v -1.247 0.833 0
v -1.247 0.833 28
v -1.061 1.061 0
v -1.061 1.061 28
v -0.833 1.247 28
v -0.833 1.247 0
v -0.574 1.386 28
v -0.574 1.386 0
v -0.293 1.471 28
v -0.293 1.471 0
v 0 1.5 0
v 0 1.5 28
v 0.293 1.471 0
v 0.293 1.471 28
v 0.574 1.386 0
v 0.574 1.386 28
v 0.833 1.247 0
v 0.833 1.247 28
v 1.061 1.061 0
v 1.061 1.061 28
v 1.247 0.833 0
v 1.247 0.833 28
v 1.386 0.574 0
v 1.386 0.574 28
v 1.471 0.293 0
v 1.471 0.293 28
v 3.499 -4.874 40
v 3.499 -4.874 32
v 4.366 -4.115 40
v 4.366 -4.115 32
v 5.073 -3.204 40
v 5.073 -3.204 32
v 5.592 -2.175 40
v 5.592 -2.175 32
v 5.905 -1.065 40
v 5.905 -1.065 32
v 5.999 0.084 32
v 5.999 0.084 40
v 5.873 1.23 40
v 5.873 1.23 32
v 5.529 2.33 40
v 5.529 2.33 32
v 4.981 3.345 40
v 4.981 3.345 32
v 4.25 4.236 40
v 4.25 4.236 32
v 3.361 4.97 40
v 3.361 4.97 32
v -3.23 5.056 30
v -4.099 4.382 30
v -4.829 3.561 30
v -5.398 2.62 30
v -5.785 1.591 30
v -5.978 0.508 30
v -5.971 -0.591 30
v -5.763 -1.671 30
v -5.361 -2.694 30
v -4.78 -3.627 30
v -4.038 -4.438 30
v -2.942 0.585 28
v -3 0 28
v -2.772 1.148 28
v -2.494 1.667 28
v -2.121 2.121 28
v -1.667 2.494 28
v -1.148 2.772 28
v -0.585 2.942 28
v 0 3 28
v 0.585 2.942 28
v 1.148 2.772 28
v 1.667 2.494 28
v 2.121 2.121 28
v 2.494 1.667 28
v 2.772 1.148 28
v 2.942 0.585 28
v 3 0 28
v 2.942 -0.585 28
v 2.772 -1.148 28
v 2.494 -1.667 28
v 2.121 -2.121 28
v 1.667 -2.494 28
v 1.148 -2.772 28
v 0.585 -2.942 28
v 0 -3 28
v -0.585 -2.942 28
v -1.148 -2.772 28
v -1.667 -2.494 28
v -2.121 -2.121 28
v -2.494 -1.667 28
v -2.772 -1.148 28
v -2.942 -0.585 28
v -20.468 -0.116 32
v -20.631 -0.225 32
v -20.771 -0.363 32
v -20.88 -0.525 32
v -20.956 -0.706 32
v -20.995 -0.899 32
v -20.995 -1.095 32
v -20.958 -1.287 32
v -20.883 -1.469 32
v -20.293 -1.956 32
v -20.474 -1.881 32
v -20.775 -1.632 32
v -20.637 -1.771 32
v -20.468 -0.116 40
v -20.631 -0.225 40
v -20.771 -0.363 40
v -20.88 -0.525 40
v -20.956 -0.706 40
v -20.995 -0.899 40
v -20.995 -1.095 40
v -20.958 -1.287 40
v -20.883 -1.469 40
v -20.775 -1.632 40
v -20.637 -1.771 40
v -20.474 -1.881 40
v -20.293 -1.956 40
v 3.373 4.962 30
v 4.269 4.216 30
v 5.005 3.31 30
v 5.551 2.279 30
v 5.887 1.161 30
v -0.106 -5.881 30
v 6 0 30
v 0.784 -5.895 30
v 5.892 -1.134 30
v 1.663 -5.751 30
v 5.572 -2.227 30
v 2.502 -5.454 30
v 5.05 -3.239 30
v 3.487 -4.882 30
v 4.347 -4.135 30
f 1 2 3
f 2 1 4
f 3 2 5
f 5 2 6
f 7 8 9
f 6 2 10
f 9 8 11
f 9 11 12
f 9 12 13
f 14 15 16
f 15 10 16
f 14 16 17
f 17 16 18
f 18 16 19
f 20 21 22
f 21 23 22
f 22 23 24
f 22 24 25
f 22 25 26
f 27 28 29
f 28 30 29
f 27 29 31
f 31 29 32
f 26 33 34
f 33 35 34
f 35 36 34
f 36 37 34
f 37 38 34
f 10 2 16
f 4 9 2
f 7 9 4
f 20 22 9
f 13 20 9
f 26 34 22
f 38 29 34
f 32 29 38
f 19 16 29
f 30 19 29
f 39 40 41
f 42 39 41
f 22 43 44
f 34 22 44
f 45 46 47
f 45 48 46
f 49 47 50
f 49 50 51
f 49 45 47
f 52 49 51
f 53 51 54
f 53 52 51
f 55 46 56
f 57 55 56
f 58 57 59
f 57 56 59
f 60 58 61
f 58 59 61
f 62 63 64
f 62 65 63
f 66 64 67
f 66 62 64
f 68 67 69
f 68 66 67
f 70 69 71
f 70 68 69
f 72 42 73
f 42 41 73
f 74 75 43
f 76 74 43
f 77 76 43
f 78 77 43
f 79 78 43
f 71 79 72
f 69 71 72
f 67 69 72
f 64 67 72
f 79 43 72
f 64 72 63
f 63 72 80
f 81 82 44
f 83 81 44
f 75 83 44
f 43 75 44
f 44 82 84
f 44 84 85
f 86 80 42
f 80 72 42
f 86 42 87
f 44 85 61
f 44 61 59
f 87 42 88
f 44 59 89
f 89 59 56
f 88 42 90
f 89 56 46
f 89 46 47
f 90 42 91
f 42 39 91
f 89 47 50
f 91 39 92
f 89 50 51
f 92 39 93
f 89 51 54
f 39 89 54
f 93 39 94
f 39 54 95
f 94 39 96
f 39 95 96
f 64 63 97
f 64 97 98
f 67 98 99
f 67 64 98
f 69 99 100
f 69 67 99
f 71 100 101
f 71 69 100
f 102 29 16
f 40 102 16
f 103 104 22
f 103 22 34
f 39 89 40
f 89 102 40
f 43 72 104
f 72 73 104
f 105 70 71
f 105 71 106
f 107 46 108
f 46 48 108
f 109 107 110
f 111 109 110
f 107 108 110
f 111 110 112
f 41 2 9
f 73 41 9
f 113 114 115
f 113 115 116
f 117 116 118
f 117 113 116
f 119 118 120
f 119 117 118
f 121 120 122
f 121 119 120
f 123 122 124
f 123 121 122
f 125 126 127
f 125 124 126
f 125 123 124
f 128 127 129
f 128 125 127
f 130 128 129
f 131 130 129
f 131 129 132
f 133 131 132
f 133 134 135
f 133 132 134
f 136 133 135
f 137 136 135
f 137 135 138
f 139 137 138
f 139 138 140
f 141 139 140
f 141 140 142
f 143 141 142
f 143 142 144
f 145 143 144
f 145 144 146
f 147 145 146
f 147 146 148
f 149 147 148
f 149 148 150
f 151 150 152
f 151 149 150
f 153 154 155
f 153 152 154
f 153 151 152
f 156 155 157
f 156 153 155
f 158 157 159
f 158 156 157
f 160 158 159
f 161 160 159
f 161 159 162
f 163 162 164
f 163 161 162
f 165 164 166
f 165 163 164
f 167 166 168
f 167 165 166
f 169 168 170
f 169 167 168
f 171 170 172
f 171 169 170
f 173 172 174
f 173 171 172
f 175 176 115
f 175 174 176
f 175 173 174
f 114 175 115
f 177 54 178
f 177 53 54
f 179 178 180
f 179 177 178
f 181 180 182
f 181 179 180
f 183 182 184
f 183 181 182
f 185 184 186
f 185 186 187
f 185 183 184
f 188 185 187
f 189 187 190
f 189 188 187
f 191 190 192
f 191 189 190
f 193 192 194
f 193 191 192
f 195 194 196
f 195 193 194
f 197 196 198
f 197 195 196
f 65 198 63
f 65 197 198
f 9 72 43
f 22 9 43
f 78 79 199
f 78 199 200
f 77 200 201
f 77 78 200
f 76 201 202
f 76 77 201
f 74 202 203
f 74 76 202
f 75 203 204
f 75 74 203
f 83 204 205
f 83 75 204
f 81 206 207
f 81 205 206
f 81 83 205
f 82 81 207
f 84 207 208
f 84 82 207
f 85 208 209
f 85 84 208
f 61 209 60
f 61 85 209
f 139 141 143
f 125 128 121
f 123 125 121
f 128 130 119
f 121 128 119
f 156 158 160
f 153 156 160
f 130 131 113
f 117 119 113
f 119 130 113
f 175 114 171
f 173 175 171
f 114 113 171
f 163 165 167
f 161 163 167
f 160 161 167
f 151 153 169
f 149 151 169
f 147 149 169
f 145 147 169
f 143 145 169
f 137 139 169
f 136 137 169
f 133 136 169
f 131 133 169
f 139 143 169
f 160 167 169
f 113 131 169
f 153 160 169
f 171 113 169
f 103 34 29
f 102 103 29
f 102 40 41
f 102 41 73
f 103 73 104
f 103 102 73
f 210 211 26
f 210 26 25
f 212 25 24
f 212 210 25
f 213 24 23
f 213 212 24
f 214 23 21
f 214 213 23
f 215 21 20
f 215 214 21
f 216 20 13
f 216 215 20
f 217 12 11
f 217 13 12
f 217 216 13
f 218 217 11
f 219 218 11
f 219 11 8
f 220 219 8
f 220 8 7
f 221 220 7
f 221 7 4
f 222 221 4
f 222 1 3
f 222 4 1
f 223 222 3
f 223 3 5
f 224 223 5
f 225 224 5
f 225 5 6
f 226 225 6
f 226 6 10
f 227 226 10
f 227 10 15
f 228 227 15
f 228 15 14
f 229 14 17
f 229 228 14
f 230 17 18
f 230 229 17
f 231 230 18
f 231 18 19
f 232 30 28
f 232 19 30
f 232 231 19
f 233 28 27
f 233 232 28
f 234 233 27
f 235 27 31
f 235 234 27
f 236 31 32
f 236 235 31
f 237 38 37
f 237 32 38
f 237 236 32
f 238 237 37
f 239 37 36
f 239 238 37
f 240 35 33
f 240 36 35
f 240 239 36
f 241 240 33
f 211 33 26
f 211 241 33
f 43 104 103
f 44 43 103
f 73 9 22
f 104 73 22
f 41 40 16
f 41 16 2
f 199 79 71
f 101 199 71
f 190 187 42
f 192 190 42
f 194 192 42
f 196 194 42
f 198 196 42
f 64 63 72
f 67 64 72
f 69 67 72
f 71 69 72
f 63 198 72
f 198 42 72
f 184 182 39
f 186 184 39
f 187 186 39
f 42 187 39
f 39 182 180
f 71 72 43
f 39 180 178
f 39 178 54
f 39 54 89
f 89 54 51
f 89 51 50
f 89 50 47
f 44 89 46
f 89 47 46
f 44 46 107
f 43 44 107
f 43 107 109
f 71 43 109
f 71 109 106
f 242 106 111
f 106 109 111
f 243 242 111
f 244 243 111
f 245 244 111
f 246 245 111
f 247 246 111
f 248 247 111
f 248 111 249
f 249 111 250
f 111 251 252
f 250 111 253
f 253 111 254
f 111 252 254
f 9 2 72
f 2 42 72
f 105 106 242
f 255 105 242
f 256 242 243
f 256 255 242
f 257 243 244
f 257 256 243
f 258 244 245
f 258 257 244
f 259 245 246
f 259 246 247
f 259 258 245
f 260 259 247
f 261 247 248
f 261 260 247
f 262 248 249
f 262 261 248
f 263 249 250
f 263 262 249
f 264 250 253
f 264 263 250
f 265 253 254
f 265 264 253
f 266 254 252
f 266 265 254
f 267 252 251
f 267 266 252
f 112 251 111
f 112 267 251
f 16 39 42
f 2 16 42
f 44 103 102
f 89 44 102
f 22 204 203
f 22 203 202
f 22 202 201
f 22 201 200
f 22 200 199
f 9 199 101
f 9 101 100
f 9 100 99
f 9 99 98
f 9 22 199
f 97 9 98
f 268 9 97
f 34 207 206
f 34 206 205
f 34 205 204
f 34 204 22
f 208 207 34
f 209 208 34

- _Requirement_
Output the line bearing "f 242 106 111" along with all the lines after it through the end of the entries, exactly, and no other lines.

- _Result of the exercise_
f 242 106 111
f 106 109 111
f 243 242 111
f 244 243 111
f 245 244 111
f 246 245 111
f 247 246 111
f 248 247 111
f 248 111 249
f 249 111 250
f 111 251 252
f 250 111 253
f 253 111 254
f 111 252 254
f 9 2 72
f 2 42 72
f 105 106 242
f 255 105 242
f 256 242 243
f 256 255 242
f 257 243 244
f 257 256 243
f 258 244 245
f 258 257 244
f 259 245 246
f 259 246 247
f 259 258 245
f 260 259 247
f 261 247 248
f 261 260 247
f 262 248 249
f 262 261 248
f 263 249 250
f 263 262 249
f 264 250 253
f 264 263 250
f 265 253 254
f 265 264 253
f 266 254 252
f 266 265 254
f 267 252 251
f 267 266 252
f 112 251 111
f 112 267 251
f 16 39 42
f 2 16 42
f 44 103 102
f 89 44 102
f 22 204 203
f 22 203 202
f 22 202 201
f 22 201 200
f 22 200 199
f 9 199 101
f 9 101 100
f 9 100 99
f 9 99 98
f 9 22 199
f 97 9 98
f 268 9 97
f 34 207 206
f 34 206 205
f 34 205 204
f 34 204 22
f 208 207 34
f 209 208 34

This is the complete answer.